Please repeat, from the entries that follow, the lines from the one containing "#145=CIRCLE('',#144,10.5);" through the one containing "#158=ORIENTED_EDGE('',*,*,#157,.F.);" exactly, adding nothing.
------ Input data ------
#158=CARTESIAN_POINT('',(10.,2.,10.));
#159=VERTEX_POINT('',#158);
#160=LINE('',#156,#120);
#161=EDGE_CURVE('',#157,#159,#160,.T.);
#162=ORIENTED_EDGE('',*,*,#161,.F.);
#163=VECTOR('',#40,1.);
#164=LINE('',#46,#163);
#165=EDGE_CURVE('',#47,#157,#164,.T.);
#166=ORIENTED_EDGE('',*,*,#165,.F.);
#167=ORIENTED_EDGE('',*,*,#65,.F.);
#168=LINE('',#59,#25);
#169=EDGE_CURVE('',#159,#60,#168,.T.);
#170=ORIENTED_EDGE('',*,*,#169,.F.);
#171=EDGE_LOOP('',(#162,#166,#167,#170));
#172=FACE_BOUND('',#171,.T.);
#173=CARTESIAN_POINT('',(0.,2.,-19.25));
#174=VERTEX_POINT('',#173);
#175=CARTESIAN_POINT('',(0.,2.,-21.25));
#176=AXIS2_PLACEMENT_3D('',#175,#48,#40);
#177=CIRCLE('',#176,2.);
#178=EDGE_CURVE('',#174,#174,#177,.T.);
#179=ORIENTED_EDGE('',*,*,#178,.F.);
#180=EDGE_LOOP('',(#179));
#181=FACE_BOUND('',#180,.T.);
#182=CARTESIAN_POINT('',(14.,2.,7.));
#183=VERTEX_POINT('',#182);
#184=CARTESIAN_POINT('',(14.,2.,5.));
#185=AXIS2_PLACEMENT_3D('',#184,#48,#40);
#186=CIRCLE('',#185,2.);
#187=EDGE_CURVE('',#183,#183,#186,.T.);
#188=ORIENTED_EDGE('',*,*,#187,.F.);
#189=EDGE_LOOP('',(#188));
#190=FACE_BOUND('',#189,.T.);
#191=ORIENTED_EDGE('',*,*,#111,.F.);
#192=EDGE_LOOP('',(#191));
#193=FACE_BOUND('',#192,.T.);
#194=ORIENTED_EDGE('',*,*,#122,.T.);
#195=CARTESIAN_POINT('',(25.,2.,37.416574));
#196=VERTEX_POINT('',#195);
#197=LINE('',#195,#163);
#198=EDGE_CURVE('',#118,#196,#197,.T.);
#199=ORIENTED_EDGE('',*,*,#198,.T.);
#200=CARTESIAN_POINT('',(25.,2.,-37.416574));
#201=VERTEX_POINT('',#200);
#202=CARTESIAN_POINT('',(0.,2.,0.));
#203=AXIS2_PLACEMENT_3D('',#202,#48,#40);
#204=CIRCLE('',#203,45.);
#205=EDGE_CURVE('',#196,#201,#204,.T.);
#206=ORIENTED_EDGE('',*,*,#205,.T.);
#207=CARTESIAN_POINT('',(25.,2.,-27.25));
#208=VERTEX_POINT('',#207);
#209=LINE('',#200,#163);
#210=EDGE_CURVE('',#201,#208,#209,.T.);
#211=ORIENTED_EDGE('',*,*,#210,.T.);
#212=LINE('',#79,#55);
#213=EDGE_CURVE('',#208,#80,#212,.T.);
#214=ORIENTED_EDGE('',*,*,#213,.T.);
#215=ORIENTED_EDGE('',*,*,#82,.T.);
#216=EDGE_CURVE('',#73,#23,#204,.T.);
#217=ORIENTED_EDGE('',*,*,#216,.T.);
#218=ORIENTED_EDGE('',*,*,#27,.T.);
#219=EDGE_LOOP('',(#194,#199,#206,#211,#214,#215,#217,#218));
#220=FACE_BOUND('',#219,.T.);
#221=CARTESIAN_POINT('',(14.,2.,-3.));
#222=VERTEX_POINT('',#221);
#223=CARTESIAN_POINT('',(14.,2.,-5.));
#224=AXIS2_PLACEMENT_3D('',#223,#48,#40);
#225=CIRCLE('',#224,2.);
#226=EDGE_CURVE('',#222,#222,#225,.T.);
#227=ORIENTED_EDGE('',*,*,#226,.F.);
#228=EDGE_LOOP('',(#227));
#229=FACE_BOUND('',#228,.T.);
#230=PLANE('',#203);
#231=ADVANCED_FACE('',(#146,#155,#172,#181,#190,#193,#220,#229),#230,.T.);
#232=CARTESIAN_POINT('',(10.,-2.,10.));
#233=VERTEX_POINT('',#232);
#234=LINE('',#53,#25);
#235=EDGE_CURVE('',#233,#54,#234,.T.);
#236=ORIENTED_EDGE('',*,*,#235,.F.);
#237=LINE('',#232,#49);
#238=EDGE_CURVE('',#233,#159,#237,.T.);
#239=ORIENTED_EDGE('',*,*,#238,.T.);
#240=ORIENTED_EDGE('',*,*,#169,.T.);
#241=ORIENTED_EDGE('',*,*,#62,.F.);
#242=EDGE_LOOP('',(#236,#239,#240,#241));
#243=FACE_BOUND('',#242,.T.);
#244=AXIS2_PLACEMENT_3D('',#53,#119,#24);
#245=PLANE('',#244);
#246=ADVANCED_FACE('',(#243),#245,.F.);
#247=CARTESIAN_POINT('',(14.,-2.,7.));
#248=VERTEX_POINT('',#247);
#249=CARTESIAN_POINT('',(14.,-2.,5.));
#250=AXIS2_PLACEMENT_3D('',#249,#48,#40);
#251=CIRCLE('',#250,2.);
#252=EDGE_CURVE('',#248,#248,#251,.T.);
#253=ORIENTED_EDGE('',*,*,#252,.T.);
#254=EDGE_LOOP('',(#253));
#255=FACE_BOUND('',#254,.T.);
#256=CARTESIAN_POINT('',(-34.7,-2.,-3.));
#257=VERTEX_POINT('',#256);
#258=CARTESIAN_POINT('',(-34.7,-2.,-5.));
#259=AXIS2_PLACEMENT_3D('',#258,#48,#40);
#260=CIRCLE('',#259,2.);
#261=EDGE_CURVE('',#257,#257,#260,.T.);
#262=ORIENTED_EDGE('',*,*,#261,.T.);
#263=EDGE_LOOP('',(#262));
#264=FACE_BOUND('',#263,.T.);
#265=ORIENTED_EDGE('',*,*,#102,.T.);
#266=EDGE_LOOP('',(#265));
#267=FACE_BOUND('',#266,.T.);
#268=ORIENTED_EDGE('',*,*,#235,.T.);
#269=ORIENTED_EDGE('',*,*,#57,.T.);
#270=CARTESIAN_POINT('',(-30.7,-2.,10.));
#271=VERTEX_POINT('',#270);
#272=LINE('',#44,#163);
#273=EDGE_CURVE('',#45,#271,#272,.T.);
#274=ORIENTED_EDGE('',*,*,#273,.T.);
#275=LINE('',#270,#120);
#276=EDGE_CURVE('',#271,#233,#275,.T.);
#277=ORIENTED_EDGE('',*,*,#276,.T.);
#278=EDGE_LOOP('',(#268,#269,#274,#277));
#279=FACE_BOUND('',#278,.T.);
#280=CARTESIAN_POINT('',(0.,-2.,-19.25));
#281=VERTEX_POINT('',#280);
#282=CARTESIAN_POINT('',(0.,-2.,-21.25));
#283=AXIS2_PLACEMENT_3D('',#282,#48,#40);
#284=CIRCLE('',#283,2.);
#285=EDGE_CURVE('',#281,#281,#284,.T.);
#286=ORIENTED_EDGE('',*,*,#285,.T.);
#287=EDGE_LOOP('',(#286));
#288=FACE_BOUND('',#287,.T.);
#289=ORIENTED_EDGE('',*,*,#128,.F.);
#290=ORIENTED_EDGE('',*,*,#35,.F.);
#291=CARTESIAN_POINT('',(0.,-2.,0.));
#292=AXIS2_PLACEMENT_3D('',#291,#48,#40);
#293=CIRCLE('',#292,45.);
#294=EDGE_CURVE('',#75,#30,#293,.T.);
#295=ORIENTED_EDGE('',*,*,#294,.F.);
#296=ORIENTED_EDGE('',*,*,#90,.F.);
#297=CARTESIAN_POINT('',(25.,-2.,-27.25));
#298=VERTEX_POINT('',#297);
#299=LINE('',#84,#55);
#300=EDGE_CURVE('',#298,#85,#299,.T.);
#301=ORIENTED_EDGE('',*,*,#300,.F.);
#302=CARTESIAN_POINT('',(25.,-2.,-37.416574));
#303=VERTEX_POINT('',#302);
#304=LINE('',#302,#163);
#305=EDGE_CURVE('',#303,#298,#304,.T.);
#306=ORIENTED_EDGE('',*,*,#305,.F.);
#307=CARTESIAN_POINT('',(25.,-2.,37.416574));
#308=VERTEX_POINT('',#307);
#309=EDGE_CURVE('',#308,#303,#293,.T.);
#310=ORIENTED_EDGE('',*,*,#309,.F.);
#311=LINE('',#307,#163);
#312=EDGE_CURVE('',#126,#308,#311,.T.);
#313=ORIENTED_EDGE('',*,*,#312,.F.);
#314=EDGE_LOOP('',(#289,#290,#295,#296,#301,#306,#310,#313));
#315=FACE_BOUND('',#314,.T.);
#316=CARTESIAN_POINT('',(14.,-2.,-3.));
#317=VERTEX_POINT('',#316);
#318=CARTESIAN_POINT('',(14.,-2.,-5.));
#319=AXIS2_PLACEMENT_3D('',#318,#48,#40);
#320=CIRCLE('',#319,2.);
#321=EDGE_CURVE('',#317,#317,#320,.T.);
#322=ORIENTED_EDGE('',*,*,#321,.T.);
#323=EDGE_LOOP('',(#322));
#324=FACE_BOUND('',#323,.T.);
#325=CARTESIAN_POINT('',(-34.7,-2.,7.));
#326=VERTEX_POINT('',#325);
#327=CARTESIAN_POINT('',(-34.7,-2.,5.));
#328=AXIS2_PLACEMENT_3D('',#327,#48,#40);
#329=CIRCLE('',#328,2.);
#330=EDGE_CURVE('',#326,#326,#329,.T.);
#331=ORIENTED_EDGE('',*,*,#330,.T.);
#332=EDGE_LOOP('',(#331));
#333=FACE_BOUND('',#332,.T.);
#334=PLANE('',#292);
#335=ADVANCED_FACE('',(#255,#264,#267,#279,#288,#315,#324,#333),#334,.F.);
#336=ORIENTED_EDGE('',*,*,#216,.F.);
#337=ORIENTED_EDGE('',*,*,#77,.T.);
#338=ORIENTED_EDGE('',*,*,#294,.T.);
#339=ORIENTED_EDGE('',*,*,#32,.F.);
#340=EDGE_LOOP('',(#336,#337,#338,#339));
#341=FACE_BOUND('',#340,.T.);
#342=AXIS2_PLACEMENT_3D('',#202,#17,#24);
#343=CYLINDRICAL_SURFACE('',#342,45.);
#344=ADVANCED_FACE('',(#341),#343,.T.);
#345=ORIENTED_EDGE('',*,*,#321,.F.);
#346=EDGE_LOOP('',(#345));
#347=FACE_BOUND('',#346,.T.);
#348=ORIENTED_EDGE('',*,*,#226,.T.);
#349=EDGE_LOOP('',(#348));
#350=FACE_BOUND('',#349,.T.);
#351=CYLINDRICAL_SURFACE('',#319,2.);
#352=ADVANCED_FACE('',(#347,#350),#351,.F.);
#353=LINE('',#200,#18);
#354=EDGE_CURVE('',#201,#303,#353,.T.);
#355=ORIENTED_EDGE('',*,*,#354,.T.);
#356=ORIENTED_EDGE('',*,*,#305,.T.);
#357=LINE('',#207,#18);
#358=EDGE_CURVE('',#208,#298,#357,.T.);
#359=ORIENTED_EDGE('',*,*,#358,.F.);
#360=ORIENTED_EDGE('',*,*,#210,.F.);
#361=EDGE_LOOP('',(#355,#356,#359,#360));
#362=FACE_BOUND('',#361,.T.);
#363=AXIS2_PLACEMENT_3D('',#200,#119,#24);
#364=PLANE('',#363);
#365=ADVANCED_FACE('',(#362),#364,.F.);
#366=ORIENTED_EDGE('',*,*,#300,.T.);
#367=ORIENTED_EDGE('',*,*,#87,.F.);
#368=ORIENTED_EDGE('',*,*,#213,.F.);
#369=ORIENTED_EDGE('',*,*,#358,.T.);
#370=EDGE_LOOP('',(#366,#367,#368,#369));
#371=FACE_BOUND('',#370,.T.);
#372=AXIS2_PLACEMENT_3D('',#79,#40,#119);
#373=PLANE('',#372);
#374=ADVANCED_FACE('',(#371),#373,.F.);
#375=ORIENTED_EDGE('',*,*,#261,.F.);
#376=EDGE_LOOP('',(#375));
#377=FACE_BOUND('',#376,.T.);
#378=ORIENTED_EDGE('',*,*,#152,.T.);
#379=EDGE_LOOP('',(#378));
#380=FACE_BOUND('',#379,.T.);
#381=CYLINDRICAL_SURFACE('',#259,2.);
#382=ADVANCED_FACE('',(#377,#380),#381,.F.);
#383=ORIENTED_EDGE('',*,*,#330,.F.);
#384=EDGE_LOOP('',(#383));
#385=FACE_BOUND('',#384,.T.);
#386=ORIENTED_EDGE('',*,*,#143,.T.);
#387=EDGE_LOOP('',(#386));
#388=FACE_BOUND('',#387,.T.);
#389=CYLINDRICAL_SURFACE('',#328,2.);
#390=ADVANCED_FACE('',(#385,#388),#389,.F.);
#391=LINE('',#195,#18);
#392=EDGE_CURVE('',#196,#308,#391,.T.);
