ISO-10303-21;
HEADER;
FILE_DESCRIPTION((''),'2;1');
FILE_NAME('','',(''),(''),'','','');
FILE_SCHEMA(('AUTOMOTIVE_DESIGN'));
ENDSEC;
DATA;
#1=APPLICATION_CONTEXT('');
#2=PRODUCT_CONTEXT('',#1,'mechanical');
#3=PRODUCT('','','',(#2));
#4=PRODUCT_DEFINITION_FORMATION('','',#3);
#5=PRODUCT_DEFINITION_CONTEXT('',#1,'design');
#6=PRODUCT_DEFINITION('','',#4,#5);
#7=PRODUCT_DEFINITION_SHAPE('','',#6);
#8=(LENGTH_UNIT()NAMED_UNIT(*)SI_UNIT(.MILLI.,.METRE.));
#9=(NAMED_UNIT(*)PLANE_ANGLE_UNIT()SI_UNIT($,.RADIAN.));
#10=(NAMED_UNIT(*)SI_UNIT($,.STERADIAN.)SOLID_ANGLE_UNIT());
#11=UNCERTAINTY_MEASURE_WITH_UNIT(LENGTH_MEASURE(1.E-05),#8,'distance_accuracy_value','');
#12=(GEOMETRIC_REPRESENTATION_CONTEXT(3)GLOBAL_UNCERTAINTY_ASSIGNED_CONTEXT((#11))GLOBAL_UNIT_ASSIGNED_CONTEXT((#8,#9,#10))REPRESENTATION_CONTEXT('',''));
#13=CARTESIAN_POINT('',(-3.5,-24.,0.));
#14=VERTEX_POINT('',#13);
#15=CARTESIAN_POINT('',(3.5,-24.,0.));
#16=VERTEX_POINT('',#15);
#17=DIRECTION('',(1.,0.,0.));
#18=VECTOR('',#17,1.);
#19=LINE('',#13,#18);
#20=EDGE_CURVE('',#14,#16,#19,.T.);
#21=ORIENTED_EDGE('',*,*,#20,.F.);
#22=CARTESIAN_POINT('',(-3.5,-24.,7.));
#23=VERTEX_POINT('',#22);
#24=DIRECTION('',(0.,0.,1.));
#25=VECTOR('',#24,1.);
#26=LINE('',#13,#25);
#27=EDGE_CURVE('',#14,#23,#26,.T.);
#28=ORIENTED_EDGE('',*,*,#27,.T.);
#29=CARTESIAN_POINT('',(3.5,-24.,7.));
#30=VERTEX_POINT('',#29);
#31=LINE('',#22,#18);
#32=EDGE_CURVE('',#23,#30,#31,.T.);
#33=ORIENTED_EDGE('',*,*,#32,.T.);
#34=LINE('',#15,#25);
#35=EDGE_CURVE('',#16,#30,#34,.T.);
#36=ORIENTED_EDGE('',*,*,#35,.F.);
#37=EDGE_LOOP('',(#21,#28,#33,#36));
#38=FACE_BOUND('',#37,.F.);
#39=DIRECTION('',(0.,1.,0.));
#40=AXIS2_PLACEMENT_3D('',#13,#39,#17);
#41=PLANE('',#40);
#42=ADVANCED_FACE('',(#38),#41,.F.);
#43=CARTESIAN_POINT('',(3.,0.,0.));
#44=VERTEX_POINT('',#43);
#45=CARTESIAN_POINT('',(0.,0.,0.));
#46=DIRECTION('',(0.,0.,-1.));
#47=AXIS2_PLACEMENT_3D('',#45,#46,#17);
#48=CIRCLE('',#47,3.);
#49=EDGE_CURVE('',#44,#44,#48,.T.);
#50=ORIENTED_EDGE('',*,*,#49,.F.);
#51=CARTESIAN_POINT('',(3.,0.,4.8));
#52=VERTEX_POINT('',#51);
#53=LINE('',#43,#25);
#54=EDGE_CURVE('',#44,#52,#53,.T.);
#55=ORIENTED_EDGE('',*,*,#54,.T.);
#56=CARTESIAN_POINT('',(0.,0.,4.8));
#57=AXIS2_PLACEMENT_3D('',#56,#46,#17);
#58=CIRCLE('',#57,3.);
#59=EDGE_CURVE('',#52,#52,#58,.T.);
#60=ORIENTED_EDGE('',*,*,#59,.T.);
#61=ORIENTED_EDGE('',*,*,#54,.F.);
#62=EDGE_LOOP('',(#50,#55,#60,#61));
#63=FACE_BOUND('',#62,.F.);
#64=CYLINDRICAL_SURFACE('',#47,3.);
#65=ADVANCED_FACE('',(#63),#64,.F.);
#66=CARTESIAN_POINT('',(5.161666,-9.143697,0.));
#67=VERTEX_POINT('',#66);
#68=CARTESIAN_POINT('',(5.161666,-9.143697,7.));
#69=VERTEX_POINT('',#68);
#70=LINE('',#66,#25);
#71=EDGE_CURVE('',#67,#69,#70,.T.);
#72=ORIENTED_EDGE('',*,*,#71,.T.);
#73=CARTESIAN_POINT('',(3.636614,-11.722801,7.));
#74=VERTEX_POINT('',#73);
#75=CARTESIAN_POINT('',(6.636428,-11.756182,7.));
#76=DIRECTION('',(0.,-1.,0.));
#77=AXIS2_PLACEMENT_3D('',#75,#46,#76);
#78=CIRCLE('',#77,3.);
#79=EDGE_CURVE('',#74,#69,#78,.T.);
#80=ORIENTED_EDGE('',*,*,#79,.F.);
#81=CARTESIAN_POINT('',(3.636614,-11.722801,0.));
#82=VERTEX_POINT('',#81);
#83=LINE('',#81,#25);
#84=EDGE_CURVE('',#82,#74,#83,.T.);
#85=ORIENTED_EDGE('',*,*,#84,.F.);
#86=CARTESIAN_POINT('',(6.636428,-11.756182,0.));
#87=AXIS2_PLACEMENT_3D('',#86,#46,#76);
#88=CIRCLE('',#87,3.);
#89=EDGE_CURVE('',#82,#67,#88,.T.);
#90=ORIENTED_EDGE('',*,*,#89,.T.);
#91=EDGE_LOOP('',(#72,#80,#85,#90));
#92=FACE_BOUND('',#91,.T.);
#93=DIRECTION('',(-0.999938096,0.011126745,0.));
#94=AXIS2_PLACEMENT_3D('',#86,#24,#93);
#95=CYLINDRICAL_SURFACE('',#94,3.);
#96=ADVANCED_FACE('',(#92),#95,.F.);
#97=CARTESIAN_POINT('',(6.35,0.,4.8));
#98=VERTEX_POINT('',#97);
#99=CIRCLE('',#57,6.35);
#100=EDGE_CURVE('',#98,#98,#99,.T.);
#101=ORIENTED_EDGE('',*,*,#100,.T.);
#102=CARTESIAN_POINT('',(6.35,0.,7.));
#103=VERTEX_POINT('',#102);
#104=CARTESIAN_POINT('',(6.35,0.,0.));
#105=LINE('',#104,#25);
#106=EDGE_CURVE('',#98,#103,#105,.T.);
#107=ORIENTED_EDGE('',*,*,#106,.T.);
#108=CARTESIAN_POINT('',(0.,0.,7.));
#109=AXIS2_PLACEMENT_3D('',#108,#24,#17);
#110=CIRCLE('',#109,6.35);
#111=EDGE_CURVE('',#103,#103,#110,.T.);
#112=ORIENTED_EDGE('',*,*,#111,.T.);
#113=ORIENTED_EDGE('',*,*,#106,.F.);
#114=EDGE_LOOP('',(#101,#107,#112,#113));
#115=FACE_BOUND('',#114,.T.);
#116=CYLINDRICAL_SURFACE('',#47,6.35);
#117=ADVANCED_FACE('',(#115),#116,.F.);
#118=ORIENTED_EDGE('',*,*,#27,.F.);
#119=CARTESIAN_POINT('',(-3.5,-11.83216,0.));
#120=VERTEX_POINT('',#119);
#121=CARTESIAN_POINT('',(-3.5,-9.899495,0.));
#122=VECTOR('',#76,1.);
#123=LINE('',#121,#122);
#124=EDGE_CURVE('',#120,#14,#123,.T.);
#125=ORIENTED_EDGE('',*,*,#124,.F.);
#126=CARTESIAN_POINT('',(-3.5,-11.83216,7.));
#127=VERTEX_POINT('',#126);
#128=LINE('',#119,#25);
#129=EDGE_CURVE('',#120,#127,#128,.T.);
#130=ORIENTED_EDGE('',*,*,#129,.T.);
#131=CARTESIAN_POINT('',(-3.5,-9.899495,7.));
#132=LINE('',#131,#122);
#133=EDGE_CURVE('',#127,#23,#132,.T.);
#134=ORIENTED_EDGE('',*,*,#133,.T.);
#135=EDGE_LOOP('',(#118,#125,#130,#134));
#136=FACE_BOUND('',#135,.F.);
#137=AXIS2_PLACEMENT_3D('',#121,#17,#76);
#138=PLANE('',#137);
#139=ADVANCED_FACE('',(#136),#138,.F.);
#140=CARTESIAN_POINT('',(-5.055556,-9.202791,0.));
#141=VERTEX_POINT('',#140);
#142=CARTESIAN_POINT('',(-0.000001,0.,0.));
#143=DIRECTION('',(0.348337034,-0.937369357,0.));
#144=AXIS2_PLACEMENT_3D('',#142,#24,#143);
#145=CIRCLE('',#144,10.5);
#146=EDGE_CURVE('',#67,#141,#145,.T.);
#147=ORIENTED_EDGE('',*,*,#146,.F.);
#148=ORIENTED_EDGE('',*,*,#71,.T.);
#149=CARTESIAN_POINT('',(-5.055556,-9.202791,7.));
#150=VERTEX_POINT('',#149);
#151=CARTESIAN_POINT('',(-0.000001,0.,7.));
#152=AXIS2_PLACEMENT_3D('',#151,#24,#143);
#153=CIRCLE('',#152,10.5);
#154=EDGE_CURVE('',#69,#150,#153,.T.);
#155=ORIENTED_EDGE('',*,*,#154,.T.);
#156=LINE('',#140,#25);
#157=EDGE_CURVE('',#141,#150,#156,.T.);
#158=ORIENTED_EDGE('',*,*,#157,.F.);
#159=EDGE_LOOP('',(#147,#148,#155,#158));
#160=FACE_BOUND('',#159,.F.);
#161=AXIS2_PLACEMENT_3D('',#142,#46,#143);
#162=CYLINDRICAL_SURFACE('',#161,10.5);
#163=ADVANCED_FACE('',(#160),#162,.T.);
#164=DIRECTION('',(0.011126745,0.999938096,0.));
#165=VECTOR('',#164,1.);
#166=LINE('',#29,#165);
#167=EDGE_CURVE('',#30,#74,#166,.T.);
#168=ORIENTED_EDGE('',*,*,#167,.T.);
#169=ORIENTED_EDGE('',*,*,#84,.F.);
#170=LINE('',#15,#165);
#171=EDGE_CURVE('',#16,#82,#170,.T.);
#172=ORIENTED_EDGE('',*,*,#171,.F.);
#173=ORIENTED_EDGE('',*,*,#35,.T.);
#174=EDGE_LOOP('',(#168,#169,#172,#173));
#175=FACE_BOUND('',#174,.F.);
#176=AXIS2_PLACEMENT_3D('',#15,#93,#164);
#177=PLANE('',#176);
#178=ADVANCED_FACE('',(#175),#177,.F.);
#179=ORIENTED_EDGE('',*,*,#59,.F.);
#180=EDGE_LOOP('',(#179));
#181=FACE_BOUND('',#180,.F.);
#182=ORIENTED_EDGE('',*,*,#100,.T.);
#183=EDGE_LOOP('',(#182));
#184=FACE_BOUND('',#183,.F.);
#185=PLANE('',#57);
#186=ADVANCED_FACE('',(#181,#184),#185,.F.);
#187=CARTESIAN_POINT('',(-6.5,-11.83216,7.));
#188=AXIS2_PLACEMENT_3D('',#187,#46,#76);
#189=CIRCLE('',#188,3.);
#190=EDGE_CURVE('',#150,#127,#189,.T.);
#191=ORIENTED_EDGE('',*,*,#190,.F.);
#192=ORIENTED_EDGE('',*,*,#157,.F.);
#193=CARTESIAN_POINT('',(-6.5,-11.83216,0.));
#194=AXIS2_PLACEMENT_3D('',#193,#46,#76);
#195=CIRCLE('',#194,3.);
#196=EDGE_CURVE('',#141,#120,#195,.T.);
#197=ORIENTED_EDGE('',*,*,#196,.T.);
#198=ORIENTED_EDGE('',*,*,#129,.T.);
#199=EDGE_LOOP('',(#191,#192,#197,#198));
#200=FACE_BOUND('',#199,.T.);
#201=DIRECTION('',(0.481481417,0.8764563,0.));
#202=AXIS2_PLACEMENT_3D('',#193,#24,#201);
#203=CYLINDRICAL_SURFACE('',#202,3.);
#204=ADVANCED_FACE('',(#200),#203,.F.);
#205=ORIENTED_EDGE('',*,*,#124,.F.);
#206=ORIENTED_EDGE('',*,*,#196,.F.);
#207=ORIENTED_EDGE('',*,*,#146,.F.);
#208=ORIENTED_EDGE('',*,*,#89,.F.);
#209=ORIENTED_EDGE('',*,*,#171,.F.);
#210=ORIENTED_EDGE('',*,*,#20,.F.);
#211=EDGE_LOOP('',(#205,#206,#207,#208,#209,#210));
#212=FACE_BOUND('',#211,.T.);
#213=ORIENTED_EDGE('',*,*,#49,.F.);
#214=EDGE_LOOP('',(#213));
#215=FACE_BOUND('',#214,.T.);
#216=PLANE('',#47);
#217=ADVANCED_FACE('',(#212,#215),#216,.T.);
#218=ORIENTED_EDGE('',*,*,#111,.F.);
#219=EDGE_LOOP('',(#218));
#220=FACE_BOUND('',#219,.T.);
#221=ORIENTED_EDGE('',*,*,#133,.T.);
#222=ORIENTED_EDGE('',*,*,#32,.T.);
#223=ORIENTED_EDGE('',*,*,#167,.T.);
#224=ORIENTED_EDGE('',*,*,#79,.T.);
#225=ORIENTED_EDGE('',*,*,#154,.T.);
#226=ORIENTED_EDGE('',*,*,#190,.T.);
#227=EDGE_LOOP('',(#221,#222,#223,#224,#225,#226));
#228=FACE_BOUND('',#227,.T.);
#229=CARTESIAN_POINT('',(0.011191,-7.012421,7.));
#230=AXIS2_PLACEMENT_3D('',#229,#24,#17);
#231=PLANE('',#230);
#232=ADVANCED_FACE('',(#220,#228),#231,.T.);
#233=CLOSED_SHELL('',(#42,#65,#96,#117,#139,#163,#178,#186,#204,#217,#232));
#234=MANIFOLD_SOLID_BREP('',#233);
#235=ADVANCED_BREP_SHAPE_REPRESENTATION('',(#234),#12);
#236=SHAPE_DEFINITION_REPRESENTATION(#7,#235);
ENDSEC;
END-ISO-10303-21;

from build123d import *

# Parameters (mm, degrees)
F0_R     = 6.35
F1_DEPTH = 7
F2_R     = 3
F3_R     = 6.35
F3_R_2   = 3
F4_DEPTH = 4.8


with BuildPart() as f1:
    # F0 (on Top) → F1 (new body)
    with BuildSketch(Plane.XY):
        with BuildLine():
            Line((3.5, -24), (3.657538, -9.842378))
            ThreePointArc((3.657538, -9.842378), (-0.083786, 10.499666), (-3.5, -9.899495))
            Line((-3.5, -9.899495), (-3.5, -24))
            Line((-3.5, -24), (3.5, -24))
        make_face()
        Circle(F0_R, mode=Mode.SUBTRACT)
    extrude(amount=F1_DEPTH)

    # F2
    f2_edges = [f1.edges().sort_by_distance(p)[0] for p in [
        (-3.5, -9.899495, 3.5),
        (3.657538, -9.842378, 3.5),
    ]]
    fillet(f2_edges, radius=F2_R)

    # F3 (on face) → F4 (join)
    with BuildSketch(Plane(origin=(0, 0, 0), x_dir=(1, 0, 0), z_dir=(0, 0, -1))):
        Circle(F3_R)
        Circle(F3_R_2, mode=Mode.SUBTRACT)
    extrude(amount=-F4_DEPTH)


solid = f1.part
------
[Answer area]:
#145=CIRCLE('',#144,10.5);
#146=EDGE_CURVE('',#67,#141,#145,.T.);
#147=ORIENTED_EDGE('',*,*,#146,.F.);
#148=ORIENTED_EDGE('',*,*,#71,.T.);
#149=CARTESIAN_POINT('',(-5.055556,-9.202791,7.));
#150=VERTEX_POINT('',#149);
#151=CARTESIAN_POINT('',(-0.000001,0.,7.));
#152=AXIS2_PLACEMENT_3D('',#151,#24,#143);
#153=CIRCLE('',#152,10.5);
#154=EDGE_CURVE('',#69,#150,#153,.T.);
#155=ORIENTED_EDGE('',*,*,#154,.T.);
#156=LINE('',#140,#25);
#157=EDGE_CURVE('',#141,#150,#156,.T.);
#158=ORIENTED_EDGE('',*,*,#157,.F.);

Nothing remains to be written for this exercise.